-- Opening Marker --

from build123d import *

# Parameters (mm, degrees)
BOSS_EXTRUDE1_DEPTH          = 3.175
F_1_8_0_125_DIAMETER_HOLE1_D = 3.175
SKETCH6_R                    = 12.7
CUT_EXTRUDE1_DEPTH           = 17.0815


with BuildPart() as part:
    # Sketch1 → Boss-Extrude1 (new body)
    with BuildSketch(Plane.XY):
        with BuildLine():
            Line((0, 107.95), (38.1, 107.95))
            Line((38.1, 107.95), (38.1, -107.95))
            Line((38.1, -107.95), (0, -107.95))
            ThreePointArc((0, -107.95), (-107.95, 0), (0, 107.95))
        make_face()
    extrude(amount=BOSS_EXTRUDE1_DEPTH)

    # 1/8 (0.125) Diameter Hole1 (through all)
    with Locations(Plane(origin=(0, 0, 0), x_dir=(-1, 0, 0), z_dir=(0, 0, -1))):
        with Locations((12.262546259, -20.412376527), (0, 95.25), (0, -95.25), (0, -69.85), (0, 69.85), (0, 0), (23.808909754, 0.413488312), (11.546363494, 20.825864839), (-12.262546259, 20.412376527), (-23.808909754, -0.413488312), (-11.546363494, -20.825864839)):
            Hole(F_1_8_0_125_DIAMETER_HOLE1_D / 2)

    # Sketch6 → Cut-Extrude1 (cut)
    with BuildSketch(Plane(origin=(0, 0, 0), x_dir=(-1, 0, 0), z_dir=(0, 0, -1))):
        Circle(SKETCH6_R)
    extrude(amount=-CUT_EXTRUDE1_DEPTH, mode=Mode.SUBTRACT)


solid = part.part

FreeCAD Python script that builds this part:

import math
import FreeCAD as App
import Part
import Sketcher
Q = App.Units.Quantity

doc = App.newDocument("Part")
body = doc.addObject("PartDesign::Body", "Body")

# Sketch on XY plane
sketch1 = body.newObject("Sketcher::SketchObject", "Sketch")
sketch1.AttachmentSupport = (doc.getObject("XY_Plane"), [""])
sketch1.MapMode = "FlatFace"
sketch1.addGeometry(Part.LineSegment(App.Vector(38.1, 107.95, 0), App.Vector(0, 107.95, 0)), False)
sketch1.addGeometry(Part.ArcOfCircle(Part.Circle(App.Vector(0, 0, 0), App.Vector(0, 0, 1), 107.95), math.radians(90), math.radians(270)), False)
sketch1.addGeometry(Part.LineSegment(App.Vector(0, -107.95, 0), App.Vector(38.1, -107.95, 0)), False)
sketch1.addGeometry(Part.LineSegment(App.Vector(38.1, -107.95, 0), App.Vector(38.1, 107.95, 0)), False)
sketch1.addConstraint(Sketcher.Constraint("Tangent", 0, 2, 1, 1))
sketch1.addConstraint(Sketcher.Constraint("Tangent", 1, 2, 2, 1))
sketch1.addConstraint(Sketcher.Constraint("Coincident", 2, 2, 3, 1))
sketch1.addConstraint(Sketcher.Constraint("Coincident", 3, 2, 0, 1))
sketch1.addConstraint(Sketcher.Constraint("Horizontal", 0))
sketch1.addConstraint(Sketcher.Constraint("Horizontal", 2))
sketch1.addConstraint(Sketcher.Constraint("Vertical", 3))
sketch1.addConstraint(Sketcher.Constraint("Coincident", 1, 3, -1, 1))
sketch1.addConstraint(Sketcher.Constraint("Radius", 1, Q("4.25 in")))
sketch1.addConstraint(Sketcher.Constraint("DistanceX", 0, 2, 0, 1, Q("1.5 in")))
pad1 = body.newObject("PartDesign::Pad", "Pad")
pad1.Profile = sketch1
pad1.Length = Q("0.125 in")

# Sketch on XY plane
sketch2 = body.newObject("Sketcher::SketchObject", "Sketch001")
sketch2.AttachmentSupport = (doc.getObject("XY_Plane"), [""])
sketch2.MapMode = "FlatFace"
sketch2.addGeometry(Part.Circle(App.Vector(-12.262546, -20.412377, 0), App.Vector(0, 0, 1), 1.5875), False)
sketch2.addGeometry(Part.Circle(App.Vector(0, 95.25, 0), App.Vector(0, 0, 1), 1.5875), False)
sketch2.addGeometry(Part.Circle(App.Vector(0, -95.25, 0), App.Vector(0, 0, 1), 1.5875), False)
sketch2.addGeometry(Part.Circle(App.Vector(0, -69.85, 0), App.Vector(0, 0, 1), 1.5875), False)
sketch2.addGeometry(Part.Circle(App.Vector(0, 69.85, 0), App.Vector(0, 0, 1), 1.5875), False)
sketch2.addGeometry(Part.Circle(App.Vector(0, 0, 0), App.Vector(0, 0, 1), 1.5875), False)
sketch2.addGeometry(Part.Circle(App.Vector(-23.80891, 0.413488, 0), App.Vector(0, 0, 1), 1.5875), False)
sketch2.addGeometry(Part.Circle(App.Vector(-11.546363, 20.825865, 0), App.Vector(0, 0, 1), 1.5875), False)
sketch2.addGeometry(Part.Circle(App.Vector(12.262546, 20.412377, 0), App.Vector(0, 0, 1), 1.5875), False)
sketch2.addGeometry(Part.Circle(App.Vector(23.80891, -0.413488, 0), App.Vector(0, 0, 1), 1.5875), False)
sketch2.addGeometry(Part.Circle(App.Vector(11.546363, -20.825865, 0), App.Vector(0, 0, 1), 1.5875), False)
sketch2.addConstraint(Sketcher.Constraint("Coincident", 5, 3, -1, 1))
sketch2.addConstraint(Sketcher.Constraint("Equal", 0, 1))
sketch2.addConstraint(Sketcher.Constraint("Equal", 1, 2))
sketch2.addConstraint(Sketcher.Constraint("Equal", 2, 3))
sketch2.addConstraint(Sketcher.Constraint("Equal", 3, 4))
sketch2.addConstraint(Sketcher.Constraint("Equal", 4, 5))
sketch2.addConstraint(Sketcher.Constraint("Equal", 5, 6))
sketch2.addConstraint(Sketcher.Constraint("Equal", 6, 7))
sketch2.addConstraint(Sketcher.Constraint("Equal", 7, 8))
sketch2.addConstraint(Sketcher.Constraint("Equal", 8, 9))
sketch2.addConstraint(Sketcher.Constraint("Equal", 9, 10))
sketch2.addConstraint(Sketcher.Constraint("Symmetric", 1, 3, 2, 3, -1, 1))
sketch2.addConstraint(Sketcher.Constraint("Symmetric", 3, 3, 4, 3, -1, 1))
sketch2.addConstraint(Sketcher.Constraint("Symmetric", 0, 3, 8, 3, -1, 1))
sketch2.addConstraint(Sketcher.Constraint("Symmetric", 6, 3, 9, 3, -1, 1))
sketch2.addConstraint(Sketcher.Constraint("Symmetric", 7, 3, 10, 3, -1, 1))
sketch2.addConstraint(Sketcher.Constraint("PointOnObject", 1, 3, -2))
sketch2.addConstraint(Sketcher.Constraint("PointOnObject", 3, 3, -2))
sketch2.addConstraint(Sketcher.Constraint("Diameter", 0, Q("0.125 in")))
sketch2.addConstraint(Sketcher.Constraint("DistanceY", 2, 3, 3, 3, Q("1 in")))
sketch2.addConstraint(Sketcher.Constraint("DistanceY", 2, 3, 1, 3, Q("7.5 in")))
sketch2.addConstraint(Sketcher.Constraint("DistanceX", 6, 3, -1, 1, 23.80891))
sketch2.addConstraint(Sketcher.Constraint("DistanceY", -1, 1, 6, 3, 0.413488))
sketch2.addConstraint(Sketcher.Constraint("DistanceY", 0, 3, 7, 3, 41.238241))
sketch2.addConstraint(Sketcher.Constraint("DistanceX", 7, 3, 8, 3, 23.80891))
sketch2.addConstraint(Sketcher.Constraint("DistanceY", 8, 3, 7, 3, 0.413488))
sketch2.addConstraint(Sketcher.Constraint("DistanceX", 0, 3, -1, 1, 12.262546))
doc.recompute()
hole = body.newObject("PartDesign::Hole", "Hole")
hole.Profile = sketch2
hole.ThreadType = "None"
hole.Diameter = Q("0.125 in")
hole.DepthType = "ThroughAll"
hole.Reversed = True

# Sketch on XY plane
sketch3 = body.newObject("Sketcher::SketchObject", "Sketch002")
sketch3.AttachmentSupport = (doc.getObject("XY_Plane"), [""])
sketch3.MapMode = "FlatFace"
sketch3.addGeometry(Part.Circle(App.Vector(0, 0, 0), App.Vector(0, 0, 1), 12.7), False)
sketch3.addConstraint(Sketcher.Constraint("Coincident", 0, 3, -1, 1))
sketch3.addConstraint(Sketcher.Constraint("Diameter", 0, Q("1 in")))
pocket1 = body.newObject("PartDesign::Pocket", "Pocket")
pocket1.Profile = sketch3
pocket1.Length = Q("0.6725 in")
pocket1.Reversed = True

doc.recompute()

-- Closing Marker --

(Exercise):
Set down, exactly as they appear above, all lines from the one that has "make_face()" down to the one that has "FreeCAD Python script", including those two and no others.

(Response area):
        make_face()
    extrude(amount=BOSS_EXTRUDE1_DEPTH)

    # 1/8 (0.125) Diameter Hole1 (through all)
    with Locations(Plane(origin=(0, 0, 0), x_dir=(-1, 0, 0), z_dir=(0, 0, -1))):
        with Locations((12.262546259, -20.412376527), (0, 95.25), (0, -95.25), (0, -69.85), (0, 69.85), (0, 0), (23.808909754, 0.413488312), (11.546363494, 20.825864839), (-12.262546259, 20.412376527), (-23.808909754, -0.413488312), (-11.546363494, -20.825864839)):
            Hole(F_1_8_0_125_DIAMETER_HOLE1_D / 2)

    # Sketch6 → Cut-Extrude1 (cut)
    with BuildSketch(Plane(origin=(0, 0, 0), x_dir=(-1, 0, 0), z_dir=(0, 0, -1))):
        Circle(SKETCH6_R)
    extrude(amount=-CUT_EXTRUDE1_DEPTH, mode=Mode.SUBTRACT)


solid = part.part

FreeCAD Python script that builds this part:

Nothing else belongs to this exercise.